- TASK DIRECTIONS -
Only the lines of the data below from the one with "make_face()" through the one with "FreeCAD Python script" are wanted. Repeat them exactly.

- SOURCE DATA -
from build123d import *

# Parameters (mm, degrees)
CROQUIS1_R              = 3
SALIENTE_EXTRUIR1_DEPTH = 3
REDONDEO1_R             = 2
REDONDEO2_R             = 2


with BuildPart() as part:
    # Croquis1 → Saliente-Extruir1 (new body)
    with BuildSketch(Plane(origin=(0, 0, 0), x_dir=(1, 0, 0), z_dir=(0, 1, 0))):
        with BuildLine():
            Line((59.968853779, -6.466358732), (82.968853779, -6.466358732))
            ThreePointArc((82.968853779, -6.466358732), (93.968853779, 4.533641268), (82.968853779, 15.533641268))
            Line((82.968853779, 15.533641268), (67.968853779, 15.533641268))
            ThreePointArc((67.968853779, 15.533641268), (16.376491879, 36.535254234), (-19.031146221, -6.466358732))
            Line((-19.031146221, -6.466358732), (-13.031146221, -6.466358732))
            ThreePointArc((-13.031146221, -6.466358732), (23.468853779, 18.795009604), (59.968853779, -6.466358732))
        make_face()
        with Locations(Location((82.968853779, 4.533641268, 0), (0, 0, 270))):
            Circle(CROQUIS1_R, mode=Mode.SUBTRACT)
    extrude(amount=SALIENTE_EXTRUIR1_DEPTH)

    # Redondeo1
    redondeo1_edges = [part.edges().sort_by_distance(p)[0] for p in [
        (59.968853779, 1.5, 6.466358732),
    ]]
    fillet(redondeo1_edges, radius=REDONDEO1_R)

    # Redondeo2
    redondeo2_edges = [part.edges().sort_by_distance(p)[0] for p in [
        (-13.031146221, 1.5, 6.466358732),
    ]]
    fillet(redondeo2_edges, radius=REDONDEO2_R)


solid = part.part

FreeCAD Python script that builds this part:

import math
import FreeCAD as App
import Part
import Sketcher

V = App.Vector
Q = App.Units.Quantity


def edges_at(feature, points):
    """Names of the edges that pass closest to the given points."""
    edges = feature.Shape.Edges
    near = lambda p: min(range(len(edges)), key=lambda i: edges[i].distToShape(Part.Vertex(*p))[0])
    return sorted({f"Edge{near(p) + 1}" for p in points})

doc = App.newDocument("Part")
body = doc.addObject("PartDesign::Body", "Body")

sketch1 = body.newObject("Sketcher::SketchObject", "Sketch")
sketch1.AttachmentSupport = (doc.getObject("XZ_Plane"), [""])
sketch1.MapMode = "FlatFace"
sketch1.addGeometry([
    Part.LineSegment(V(60, 6.5, 0), V(83, 6.5, 0)),
    Part.ArcOfCircle(Part.Circle(V(83, -4.5, 0), V(0, 0, 1), 11), math.radians(-90), math.radians(90)),
    Part.LineSegment(V(83, -15.5, 0), V(68, -15.5, 0)),
    Part.ArcOfCircle(Part.Circle(V(27.9, 9, 0), V(0, 0, 1), 47), math.radians(-177), math.radians(-32)),
    Part.LineSegment(V(-19, 6.5, 0), V(-13, 6.5, 0)),
    Part.ArcOfCircle(Part.Circle(V(23.5, 20.2, 0), V(0, 0, 1), 39), math.radians(-159), math.radians(-21)),
    Part.Circle(V(83, -4.5, 0), V(0, 0, 1), 3),
], False)
sketch1.addConstraint([
    Sketcher.Constraint("Tangent", 0, 2, 1, 2),
    Sketcher.Constraint("Tangent", 1, 1, 2, 1),
    Sketcher.Constraint("Coincident", 2, 2, 3, 2),
    Sketcher.Constraint("Coincident", 3, 1, 4, 1),
    Sketcher.Constraint("Coincident", 4, 2, 5, 1),
    Sketcher.Constraint("Coincident", 5, 2, 0, 1),
    Sketcher.Constraint("Horizontal", 0),
    Sketcher.Constraint("Horizontal", 2),
    Sketcher.Constraint("Horizontal", 4),
    Sketcher.Constraint("Coincident", 6, 3, 1, 3),
    Sketcher.Constraint("Horizontal", 0, 2, 3, 1),
    Sketcher.Constraint("Diameter", 6, Q("6 mm")),
    Sketcher.Constraint("Radius", 1, Q("11 mm")),
    Sketcher.Constraint("Radius", 3, Q("47 mm")),
    Sketcher.Constraint("Radius", 5, Q("39 mm")),
    Sketcher.Constraint("DistanceX", 0, 1, 0, 2, Q("23 mm")),
    Sketcher.Constraint("DistanceX", 2, 2, 2, 1, Q("15 mm")),
    Sketcher.Constraint("DistanceX", 4, 1, 4, 2, Q("6 mm")),
    Sketcher.Constraint("DistanceX", 3, 1, 2, 2, Q("87 mm")),
    Sketcher.Constraint("DistanceY", 1, 3, -1, 1, Q("4.533641 mm")),
    Sketcher.Constraint("DistanceX", -1, 1, 3, 3, Q("27.898858 mm")),
])
pad1 = body.newObject("PartDesign::Pad", "Pad")
pad1.Profile = sketch1
pad1.Length = 3
pad1.Reversed = True
doc.recompute()

fillet = body.newObject("PartDesign::Fillet", "Fillet")
fillet.Base = (pad1, edges_at(pad1, [(59.969, 1.5, 6.466)]))
fillet.Radius = 2
doc.recompute()

fillet2 = body.newObject("PartDesign::Fillet", "Fillet001")
fillet2.Base = (fillet, edges_at(fillet, [(-13.031, 1.5, 6.466)]))
fillet2.Radius = 2

doc.recompute()
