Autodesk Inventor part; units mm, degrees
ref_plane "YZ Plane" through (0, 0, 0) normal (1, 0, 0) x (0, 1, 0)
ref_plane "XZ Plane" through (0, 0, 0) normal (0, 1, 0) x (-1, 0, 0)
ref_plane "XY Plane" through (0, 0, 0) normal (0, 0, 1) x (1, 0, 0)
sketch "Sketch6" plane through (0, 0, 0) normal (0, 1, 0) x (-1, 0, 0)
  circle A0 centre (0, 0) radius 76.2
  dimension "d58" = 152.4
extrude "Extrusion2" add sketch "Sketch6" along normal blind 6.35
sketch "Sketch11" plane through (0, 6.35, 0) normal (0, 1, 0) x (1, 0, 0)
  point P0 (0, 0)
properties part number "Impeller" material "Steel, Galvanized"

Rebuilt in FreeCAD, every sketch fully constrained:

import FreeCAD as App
import Part
import Sketcher
from FreeCAD import Vector
Q = App.Units.Quantity

doc = App.newDocument("Part")
body = doc.addObject("PartDesign::Body", "Body")

# Sketch on XZ plane
sketch1 = body.newObject("Sketcher::SketchObject", "Sketch")
sketch1.AttachmentSupport = (doc.getObject("XZ_Plane"), [""])
sketch1.MapMode = "FlatFace"
sketch1.addGeometry(Part.Circle(Vector(0, 0, 0), Vector(0, 0, 1), 76.2), False)
sketch1.addConstraint(Sketcher.Constraint("Coincident", 0, 3, -1, 1))
sketch1.addConstraint(Sketcher.Constraint("Diameter", 0, Q("6 in")))
pad1 = body.newObject("PartDesign::Pad", "Pad")
pad1.Profile = sketch1
pad1.Length = Q("0.25 in")
pad1.Reversed = True

doc.recompute()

- RESPONSE FOR THIS EXERCISE -
        make_face()
        with Locations(Location((82.968853779, 4.533641268, 0), (0, 0, 270))):
            Circle(CROQUIS1_R, mode=Mode.SUBTRACT)
    extrude(amount=SALIENTE_EXTRUIR1_DEPTH)

    # Redondeo1
    redondeo1_edges = [part.edges().sort_by_distance(p)[0] for p in [
        (59.968853779, 1.5, 6.466358732),
    ]]
    fillet(redondeo1_edges, radius=REDONDEO1_R)

    # Redondeo2
    redondeo2_edges = [part.edges().sort_by_distance(p)[0] for p in [
        (-13.031146221, 1.5, 6.466358732),
    ]]
    fillet(redondeo2_edges, radius=REDONDEO2_R)


solid = part.part

FreeCAD Python script that builds this part:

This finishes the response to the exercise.